Kapila Kumara Kalinga, an ardent artistic advocate against social injustice, oppression and corruption, skillfully incorporates these misdemeanors into a masterpiece of theatrical adventure enhanced with a philosophical view of existentialism.

The yearning and seeking for a superficially enlightened prosperous life of luxuries as portrayed by Nirupani is a mode of defining such philosophies advocated by the renowned German philosopher Martin Heidelberg, who argues that being in this material world (best understood as survival) depends on such quest. But tragically it is this quest that leads them to their downfall and insanity towards the end. Kapila Kumara Kalinga deftly weaves through this sequence with such mastery that the audience find it increasingly hard not to identify themselves as part of it.

Although superficially in many aspects it bears a striking resemblance to ‘Sydney Lumets’ 1970’s movie ‘Dog’s Day Afternoon’, in essence it is a genuinely authentic creation of its own identity adorned with the dramatic signature of Kapila Kumara Kalinga.
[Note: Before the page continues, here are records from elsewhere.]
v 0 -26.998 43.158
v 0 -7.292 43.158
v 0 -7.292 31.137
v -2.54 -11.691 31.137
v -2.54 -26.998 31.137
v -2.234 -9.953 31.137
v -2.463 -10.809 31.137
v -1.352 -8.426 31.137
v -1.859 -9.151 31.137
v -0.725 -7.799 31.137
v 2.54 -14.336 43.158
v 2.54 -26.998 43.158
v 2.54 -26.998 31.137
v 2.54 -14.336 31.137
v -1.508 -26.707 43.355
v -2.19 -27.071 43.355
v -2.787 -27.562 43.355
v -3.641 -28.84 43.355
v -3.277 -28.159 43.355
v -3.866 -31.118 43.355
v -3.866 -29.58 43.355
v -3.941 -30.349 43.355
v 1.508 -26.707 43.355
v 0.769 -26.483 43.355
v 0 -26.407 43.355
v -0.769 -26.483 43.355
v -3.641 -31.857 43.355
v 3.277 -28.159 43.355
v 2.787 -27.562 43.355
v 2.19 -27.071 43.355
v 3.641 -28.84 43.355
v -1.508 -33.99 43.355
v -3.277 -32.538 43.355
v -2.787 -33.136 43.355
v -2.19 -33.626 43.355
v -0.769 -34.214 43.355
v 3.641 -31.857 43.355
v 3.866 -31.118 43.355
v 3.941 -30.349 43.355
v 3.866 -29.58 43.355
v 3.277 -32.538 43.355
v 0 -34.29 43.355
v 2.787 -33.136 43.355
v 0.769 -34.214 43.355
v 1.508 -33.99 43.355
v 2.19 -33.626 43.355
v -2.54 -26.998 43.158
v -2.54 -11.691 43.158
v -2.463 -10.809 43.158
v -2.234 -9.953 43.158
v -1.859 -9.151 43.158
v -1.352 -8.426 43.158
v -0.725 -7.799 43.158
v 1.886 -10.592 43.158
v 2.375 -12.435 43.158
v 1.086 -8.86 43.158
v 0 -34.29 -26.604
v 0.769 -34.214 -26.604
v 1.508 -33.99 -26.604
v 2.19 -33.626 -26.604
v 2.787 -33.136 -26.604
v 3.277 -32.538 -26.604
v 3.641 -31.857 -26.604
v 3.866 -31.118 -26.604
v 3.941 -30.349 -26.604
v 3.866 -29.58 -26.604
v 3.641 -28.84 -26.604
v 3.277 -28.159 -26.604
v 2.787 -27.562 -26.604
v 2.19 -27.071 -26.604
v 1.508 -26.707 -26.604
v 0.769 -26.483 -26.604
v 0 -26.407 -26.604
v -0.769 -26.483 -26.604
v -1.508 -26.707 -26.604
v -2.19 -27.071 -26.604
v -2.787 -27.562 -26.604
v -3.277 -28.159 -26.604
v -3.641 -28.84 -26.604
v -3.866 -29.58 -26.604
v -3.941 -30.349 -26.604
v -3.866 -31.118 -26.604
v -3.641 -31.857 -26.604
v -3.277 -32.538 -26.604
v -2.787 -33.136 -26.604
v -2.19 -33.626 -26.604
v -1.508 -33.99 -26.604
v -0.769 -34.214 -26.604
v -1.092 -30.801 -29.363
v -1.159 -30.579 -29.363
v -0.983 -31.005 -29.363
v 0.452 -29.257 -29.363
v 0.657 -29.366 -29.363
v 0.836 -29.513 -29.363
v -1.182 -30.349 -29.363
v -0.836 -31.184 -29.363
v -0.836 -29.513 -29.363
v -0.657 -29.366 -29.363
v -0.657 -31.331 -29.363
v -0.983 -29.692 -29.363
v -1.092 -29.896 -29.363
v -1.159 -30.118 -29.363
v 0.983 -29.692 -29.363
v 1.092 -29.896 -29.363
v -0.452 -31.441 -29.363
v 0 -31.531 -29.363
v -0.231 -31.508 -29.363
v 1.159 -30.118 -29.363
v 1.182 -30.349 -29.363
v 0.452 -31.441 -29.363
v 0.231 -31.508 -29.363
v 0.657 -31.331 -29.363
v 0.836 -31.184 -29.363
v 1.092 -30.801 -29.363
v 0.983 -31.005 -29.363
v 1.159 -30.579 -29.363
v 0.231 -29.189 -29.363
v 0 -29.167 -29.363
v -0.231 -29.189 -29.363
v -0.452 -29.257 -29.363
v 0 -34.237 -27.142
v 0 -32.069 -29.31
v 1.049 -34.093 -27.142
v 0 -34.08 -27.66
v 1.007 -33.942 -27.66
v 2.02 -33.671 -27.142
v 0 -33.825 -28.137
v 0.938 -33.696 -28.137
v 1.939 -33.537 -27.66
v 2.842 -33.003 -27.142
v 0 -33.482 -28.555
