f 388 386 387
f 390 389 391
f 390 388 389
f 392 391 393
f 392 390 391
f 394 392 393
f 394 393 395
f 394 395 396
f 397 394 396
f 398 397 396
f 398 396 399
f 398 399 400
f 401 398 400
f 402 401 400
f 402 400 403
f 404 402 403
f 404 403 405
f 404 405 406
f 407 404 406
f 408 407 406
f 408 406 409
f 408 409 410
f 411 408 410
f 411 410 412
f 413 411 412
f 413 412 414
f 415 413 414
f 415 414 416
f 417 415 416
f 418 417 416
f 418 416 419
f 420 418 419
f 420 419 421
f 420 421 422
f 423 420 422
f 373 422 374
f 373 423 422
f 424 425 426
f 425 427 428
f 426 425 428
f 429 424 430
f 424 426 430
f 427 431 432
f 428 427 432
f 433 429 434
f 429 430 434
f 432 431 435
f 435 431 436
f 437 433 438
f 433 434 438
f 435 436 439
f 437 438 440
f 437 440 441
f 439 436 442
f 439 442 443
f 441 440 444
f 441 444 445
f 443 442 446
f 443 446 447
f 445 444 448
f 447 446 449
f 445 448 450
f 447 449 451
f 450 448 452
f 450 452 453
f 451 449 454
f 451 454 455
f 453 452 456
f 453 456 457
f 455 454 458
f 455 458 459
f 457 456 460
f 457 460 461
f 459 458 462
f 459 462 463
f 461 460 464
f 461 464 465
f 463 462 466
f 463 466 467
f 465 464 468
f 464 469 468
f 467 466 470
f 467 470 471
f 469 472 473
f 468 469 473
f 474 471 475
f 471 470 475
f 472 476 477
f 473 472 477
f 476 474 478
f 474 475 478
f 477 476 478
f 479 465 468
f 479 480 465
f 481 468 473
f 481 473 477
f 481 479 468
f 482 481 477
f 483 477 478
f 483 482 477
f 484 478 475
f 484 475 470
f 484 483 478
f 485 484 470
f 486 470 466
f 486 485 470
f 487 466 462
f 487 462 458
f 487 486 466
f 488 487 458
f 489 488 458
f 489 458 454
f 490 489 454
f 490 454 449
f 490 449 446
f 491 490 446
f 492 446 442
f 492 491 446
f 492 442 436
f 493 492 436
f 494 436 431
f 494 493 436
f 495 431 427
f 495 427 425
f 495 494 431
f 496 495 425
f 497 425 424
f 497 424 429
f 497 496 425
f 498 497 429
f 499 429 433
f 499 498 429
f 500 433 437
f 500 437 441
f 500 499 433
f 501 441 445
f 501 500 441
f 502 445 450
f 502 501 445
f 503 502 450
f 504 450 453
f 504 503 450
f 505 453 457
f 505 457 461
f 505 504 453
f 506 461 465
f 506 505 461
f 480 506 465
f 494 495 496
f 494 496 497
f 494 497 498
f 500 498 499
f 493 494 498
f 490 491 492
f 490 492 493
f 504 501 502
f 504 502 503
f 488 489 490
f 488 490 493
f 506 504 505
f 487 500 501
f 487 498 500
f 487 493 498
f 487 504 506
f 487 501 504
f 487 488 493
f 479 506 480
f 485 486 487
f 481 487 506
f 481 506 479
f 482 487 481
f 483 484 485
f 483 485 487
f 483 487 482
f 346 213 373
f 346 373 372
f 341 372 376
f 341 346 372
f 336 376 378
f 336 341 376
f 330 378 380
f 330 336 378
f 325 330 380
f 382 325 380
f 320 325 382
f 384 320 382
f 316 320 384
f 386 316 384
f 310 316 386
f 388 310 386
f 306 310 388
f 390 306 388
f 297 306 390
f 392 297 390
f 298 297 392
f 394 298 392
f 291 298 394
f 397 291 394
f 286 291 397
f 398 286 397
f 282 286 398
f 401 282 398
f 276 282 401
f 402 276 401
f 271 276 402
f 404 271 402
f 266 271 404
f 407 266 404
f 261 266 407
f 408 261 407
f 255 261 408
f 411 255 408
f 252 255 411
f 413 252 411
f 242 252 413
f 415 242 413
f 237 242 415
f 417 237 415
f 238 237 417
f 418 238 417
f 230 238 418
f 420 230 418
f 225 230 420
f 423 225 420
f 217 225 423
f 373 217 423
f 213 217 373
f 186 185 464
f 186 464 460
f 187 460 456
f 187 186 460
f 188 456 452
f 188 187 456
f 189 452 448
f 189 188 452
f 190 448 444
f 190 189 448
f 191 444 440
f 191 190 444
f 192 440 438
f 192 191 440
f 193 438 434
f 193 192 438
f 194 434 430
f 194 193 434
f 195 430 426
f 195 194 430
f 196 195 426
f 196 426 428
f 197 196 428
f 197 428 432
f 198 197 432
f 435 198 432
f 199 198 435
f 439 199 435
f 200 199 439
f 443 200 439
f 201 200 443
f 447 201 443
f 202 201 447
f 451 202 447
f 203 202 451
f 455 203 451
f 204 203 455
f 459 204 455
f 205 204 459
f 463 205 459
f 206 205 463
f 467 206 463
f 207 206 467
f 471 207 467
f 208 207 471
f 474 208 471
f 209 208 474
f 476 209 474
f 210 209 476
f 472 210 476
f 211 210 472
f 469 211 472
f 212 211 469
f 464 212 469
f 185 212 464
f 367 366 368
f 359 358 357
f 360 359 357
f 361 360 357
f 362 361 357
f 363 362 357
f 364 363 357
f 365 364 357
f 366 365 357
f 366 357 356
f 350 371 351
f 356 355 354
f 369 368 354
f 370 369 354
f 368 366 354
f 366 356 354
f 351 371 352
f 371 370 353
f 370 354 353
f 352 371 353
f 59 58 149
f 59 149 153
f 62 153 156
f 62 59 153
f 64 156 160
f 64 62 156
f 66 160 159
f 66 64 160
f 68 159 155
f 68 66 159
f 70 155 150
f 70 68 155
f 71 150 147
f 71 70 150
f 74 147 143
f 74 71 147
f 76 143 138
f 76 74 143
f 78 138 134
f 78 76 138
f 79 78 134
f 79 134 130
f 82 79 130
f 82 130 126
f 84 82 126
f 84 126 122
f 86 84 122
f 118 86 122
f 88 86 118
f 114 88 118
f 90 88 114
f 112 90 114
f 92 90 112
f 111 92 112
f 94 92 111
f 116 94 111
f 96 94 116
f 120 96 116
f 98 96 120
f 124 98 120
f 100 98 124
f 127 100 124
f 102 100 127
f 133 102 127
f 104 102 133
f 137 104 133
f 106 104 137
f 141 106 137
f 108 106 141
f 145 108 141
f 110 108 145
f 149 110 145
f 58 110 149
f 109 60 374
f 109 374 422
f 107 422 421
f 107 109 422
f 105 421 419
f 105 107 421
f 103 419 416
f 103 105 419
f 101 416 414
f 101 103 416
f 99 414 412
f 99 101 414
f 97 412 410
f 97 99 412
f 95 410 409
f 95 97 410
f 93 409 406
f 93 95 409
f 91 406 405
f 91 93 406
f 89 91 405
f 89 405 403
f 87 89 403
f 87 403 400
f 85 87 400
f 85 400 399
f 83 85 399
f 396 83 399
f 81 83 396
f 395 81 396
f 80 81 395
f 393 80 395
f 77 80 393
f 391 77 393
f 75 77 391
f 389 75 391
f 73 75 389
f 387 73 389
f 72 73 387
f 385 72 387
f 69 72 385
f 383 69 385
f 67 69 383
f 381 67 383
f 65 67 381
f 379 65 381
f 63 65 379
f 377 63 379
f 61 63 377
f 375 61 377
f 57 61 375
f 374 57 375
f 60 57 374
He might have been inspired by Lumet’s movie for the structural buildup of the drama, but Banku Weeraya has been quintessentially developed with a satirical theme which invokes the cultural melee gripping the contemporary local society. Surely, it is strictly not for the lighthearted entertainment, nor for the narrow minded audience who enjoy following the bandwagon of sub standard carnival dramas with no in depth meaning. It is a drama of its own right, which glamorizes heroism born out from a frustrated youth in the face of disappointment, who once aspired to end up in a prestigious white collar job.

Although the hypocritical society would tend to view the protagonist as a villain, the story unravels him as a hero and a representative of the oppressed public ridden with debts and austerity measures of the ruling class. The title ‘Banku Weeraya’ (Bank Hero) simply denotes this.

The law may well condemn Kalansooriya for his crime, but he would definitely find justice in the hands of the jury of his peers, who are convinced enough to dismiss his charges in the name of their duty as the oppressed. This alone would be a feat in which resides the crowning glory of Kapila Kumara Kalinga’s social critique BankuWeeraya, an enthralling,a ‘must-see’ theatrical chef-d’oeuvre.